What is expected - Retype, word for word, every line from the one holding "v -38.365 15 4.464" through the one holding "v -28.479 5 -15.355" in the entries below, both included, and only those lines.

(Beginning of Extracted material)

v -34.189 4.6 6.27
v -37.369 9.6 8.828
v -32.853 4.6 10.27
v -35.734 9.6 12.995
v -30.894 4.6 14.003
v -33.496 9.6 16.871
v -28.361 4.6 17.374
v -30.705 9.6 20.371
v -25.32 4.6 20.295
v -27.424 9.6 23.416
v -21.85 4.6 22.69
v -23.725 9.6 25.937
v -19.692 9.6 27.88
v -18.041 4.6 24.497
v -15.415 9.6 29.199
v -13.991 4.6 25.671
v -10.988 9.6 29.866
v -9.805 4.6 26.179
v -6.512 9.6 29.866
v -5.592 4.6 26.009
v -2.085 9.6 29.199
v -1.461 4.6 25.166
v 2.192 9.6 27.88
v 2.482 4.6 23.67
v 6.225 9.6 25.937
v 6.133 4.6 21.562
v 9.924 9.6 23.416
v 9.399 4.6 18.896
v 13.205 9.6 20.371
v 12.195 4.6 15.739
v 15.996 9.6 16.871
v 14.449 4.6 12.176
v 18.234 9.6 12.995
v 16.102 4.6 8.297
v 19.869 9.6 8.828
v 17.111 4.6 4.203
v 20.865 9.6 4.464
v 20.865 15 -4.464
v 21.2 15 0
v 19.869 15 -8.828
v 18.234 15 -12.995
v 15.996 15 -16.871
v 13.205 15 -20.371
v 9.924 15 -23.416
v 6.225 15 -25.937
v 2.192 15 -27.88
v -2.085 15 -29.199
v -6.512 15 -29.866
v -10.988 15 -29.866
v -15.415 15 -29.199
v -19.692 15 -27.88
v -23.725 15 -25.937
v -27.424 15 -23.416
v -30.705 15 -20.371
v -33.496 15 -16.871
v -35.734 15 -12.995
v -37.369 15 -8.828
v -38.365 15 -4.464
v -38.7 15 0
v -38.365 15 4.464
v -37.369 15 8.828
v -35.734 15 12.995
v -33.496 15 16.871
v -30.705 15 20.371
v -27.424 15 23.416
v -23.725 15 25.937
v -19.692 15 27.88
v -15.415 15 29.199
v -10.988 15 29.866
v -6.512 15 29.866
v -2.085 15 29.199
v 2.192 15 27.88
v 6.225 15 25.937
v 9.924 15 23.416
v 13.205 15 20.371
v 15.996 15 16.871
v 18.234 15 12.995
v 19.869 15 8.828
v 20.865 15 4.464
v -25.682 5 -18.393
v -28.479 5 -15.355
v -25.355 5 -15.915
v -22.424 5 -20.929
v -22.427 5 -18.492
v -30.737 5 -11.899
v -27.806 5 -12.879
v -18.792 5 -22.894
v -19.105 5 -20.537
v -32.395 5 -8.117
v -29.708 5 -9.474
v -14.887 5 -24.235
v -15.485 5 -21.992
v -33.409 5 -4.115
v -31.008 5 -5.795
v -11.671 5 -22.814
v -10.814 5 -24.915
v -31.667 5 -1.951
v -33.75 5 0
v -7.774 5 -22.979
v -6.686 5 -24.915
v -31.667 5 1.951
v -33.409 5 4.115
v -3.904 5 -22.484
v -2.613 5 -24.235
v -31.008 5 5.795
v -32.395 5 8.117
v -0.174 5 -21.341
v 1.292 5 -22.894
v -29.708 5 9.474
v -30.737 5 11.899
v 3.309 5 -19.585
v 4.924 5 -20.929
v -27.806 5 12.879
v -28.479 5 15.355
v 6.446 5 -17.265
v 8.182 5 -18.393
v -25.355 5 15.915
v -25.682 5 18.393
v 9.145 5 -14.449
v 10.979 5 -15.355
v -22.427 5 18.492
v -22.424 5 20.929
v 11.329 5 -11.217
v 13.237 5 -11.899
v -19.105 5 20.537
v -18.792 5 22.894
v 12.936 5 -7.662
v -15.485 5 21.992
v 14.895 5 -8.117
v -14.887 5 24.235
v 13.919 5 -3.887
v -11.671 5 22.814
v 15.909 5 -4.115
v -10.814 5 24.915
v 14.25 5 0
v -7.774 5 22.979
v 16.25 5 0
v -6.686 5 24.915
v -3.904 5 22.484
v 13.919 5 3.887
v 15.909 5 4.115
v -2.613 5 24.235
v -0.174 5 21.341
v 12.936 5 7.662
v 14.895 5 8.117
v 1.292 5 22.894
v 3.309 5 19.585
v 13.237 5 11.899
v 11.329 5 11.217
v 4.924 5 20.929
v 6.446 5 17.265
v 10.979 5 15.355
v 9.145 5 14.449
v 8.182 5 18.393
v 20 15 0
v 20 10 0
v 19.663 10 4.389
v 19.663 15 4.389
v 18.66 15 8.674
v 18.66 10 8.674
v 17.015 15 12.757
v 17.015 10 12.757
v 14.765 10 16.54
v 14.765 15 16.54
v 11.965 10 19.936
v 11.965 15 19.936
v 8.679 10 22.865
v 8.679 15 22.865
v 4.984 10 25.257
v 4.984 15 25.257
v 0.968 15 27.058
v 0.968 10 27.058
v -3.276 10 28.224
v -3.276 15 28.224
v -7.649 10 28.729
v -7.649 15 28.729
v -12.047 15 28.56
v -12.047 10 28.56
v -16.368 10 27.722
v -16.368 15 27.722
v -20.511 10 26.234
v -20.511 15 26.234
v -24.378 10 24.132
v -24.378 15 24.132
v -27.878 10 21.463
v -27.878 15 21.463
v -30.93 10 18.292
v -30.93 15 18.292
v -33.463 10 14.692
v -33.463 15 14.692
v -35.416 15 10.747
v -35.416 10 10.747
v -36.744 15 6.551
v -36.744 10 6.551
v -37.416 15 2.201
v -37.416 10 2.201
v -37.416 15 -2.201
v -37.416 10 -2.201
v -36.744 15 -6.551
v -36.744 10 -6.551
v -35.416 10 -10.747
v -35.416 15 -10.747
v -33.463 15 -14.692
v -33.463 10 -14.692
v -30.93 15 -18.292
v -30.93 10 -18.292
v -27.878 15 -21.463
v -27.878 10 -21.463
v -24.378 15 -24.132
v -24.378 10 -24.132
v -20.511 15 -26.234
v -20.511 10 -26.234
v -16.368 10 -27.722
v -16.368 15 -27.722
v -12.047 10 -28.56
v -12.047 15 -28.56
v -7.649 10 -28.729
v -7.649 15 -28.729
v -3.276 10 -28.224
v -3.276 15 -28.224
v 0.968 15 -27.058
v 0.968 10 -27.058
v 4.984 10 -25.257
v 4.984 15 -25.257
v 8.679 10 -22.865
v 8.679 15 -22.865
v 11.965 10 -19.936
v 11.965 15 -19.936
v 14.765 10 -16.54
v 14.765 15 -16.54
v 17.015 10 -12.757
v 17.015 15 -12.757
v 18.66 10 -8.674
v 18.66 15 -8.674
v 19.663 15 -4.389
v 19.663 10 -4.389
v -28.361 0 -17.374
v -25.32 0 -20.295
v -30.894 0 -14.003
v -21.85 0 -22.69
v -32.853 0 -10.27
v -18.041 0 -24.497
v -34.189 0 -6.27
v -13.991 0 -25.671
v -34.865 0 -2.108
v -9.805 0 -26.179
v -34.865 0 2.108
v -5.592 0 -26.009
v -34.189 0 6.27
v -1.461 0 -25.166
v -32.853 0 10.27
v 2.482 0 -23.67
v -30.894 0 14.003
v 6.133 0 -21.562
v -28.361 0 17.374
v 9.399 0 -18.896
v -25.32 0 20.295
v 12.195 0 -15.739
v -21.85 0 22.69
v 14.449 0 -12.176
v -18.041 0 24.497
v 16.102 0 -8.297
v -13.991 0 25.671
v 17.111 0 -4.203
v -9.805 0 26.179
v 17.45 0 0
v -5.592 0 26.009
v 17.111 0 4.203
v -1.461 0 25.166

(End of Extracted material)

Output for this task -
v -38.365 15 4.464
v -37.369 15 8.828
v -35.734 15 12.995
v -33.496 15 16.871
v -30.705 15 20.371
v -27.424 15 23.416
v -23.725 15 25.937
v -19.692 15 27.88
v -15.415 15 29.199
v -10.988 15 29.866
v -6.512 15 29.866
v -2.085 15 29.199
v 2.192 15 27.88
v 6.225 15 25.937
v 9.924 15 23.416
v 13.205 15 20.371
v 15.996 15 16.871
v 18.234 15 12.995
v 19.869 15 8.828
v 20.865 15 4.464
v -25.682 5 -18.393
v -28.479 5 -15.355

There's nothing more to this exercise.